**Work task**
Scan the material for the string "with" and copy out every line in which it occurs.

**Dataset entries**
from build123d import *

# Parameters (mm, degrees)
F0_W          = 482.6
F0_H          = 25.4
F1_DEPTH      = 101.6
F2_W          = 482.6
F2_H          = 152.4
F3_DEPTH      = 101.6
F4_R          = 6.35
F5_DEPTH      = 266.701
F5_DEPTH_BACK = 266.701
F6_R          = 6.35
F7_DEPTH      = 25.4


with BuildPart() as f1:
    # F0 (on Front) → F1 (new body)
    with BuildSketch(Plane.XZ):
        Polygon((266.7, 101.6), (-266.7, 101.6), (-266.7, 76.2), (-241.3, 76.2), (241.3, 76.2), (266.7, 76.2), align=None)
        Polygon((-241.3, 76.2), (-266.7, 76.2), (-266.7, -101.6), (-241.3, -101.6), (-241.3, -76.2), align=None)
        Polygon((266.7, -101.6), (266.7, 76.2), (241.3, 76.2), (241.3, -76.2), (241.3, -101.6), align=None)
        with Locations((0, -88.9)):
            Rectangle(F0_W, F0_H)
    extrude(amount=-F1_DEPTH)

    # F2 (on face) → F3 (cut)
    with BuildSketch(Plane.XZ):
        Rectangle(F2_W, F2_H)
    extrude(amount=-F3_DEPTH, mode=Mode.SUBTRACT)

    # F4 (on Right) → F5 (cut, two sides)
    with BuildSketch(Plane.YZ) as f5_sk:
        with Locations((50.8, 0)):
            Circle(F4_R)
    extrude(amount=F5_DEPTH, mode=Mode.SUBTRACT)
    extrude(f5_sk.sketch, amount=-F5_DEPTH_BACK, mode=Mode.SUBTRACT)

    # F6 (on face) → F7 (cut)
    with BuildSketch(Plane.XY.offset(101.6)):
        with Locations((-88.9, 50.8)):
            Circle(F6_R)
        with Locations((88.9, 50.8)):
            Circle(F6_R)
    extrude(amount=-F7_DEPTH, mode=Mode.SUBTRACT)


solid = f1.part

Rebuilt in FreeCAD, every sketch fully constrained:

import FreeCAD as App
import Part
import Sketcher

V = App.Vector
Q = App.Units.Quantity

doc = App.newDocument("Part")
body = doc.addObject("PartDesign::Body", "Body")

# Sketch on XZ plane
sketch1 = doc.addObject("Sketcher::SketchObject", "Sketch")
body.addObject(sketch1)
sketch1.AttachmentSupport = (doc.XZ_Plane, [""])
sketch1.MapMode = "FlatFace"
sketch1.addGeometry(Part.LineSegment(V(267, 102, 0), V(-267, 102, 0)), False)
sketch1.addGeometry(Part.LineSegment(V(-267, 102, 0), V(-267, -102, 0)), False)
sketch1.addGeometry(Part.LineSegment(V(-267, -102, 0), V(267, -102, 0)), False)
sketch1.addGeometry(Part.LineSegment(V(267, -102, 0), V(267, 102, 0)), False)
sketch1.addGeometry(Part.LineSegment(V(-241, 76, 0), V(241, 76, 0)), False)
sketch1.addGeometry(Part.LineSegment(V(241, 76, 0), V(241, -76, 0)), False)
sketch1.addGeometry(Part.LineSegment(V(241, -76, 0), V(-241, -76, 0)), False)
sketch1.addGeometry(Part.LineSegment(V(-241, -76, 0), V(-241, 76, 0)), False)
sketch1.addConstraint(Sketcher.Constraint("Coincident", 0, 2, 1, 1))
sketch1.addConstraint(Sketcher.Constraint("Coincident", 1, 2, 2, 1))
sketch1.addConstraint(Sketcher.Constraint("Coincident", 2, 2, 3, 1))
sketch1.addConstraint(Sketcher.Constraint("Coincident", 3, 2, 0, 1))
sketch1.addConstraint(Sketcher.Constraint("Coincident", 4, 2, 5, 1))
sketch1.addConstraint(Sketcher.Constraint("Coincident", 5, 2, 6, 1))
sketch1.addConstraint(Sketcher.Constraint("Coincident", 6, 2, 7, 1))
sketch1.addConstraint(Sketcher.Constraint("Coincident", 7, 2, 4, 1))
sketch1.addConstraint(Sketcher.Constraint("Horizontal", 0))
sketch1.addConstraint(Sketcher.Constraint("Vertical", 1))
sketch1.addConstraint(Sketcher.Constraint("Horizontal", 2))
sketch1.addConstraint(Sketcher.Constraint("Vertical", 3))
sketch1.addConstraint(Sketcher.Constraint("Horizontal", 4))
sketch1.addConstraint(Sketcher.Constraint("Vertical", 5))
sketch1.addConstraint(Sketcher.Constraint("Horizontal", 6))
sketch1.addConstraint(Sketcher.Constraint("Vertical", 7))
sketch1.addConstraint(Sketcher.Constraint("Symmetric", 0, 2, 2, 2, -1, 1))
sketch1.addConstraint(Sketcher.Constraint("Symmetric", 4, 2, 6, 2, -1, 1))
sketch1.addConstraint(Sketcher.Constraint("DistanceX", 0, 2, 0, 1, Q("21 in")))
sketch1.addConstraint(Sketcher.Constraint("DistanceX", 4, 1, 4, 2, Q("19 in")))
sketch1.addConstraint(Sketcher.Constraint("DistanceY", 1, 2, 1, 1, Q("8 in")))
sketch1.addConstraint(Sketcher.Constraint("DistanceY", 5, 2, 5, 1, Q("6 in")))
pad1 = doc.addObject("PartDesign::Pad", "Pad")
body.addObject(pad1)
pad1.Profile = sketch1
pad1.Length = Q("4 in")
pad1.Reversed = True

# Sketch on XZ plane
sketch2 = doc.addObject("Sketcher::SketchObject", "Sketch001")
body.addObject(sketch2)
sketch2.AttachmentSupport = (doc.XZ_Plane, [""])
sketch2.MapMode = "FlatFace"
sketch2.addGeometry(Part.LineSegment(V(-241, 76, 0), V(-241, -76, 0)), False)
sketch2.addGeometry(Part.LineSegment(V(-241, -76, 0), V(241, -76, 0)), False)
sketch2.addGeometry(Part.LineSegment(V(241, -76, 0), V(241, 76, 0)), False)
sketch2.addGeometry(Part.LineSegment(V(241, 76, 0), V(-241, 76, 0)), False)
sketch2.addConstraint(Sketcher.Constraint("Coincident", 0, 2, 1, 1))
sketch2.addConstraint(Sketcher.Constraint("Coincident", 1, 2, 2, 1))
sketch2.addConstraint(Sketcher.Constraint("Coincident", 2, 2, 3, 1))
sketch2.addConstraint(Sketcher.Constraint("Coincident", 3, 2, 0, 1))
sketch2.addConstraint(Sketcher.Constraint("Vertical", 0))
sketch2.addConstraint(Sketcher.Constraint("Horizontal", 1))
sketch2.addConstraint(Sketcher.Constraint("Vertical", 2))
sketch2.addConstraint(Sketcher.Constraint("Horizontal", 3))
sketch2.addConstraint(Sketcher.Constraint("Symmetric", 0, 2, 2, 2, -1, 1))
sketch2.addConstraint(Sketcher.Constraint("DistanceX", 1, 1, 1, 2, Q("19 in")))
sketch2.addConstraint(Sketcher.Constraint("DistanceY", 0, 2, 0, 1, Q("6 in")))
pocket1 = doc.addObject("PartDesign::Pocket", "Pocket")
body.addObject(pocket1)
pocket1.Profile = sketch2
pocket1.Length = Q("4 in")

# Sketch on YZ plane
sketch3 = doc.addObject("Sketcher::SketchObject", "Sketch002")
body.addObject(sketch3)
sketch3.AttachmentSupport = (doc.YZ_Plane, [""])
sketch3.MapMode = "FlatFace"
sketch3.addGeometry(Part.Circle(V(51, 0, 0), V(0, 0, 1), 6), False)
sketch3.addConstraint(Sketcher.Constraint("PointOnObject", 0, 3, -1))
sketch3.addConstraint(Sketcher.Constraint("Diameter", 0, Q("0.5 in")))
sketch3.addConstraint(Sketcher.Constraint("DistanceX", -1, 1, 0, 3, Q("2 in")))
pocket2 = doc.addObject("PartDesign::Pocket", "Pocket001")
body.addObject(pocket2)
pocket2.Profile = sketch3
pocket2.Type = "ThroughAll"
pocket2.Midplane = True

# Sketch on XY plane
sketch4 = doc.addObject("Sketcher::SketchObject", "Sketch003")
body.addObject(sketch4)
sketch4.AttachmentSupport = (doc.XY_Plane, [""])
sketch4.MapMode = "FlatFace"
sketch4.AttachmentOffset = App.Placement(V(0, 0, 4 * 25.4), App.Rotation())
sketch4.addGeometry(Part.Circle(V(-89, 51, 0), V(0, 0, 1), 6), False)
sketch4.addGeometry(Part.Circle(V(89, 51, 0), V(0, 0, 1), 6), False)
sketch4.addConstraint(Sketcher.Constraint("Equal", 0, 1))
sketch4.addConstraint(Sketcher.Constraint("Symmetric", 0, 3, 1, 3, -2))
sketch4.addConstraint(Sketcher.Constraint("Diameter", 0, Q("0.5 in")))
sketch4.addConstraint(Sketcher.Constraint("DistanceY", -1, 1, 0, 3, Q("2 in")))
sketch4.addConstraint(Sketcher.Constraint("DistanceX", 0, 3, 1, 3, Q("7 in")))
pocket3 = doc.addObject("PartDesign::Pocket", "Pocket002")
body.addObject(pocket3)
pocket3.Profile = sketch4
pocket3.Length = Q("1 in")

doc.recompute()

**Output below**
with BuildPart() as f1:
    with BuildSketch(Plane.XZ):
        with Locations((0, -88.9)):
    with BuildSketch(Plane.XZ):
    with BuildSketch(Plane.YZ) as f5_sk:
        with Locations((50.8, 0)):
    with BuildSketch(Plane.XY.offset(101.6)):
        with Locations((-88.9, 50.8)):
        with Locations((88.9, 50.8)):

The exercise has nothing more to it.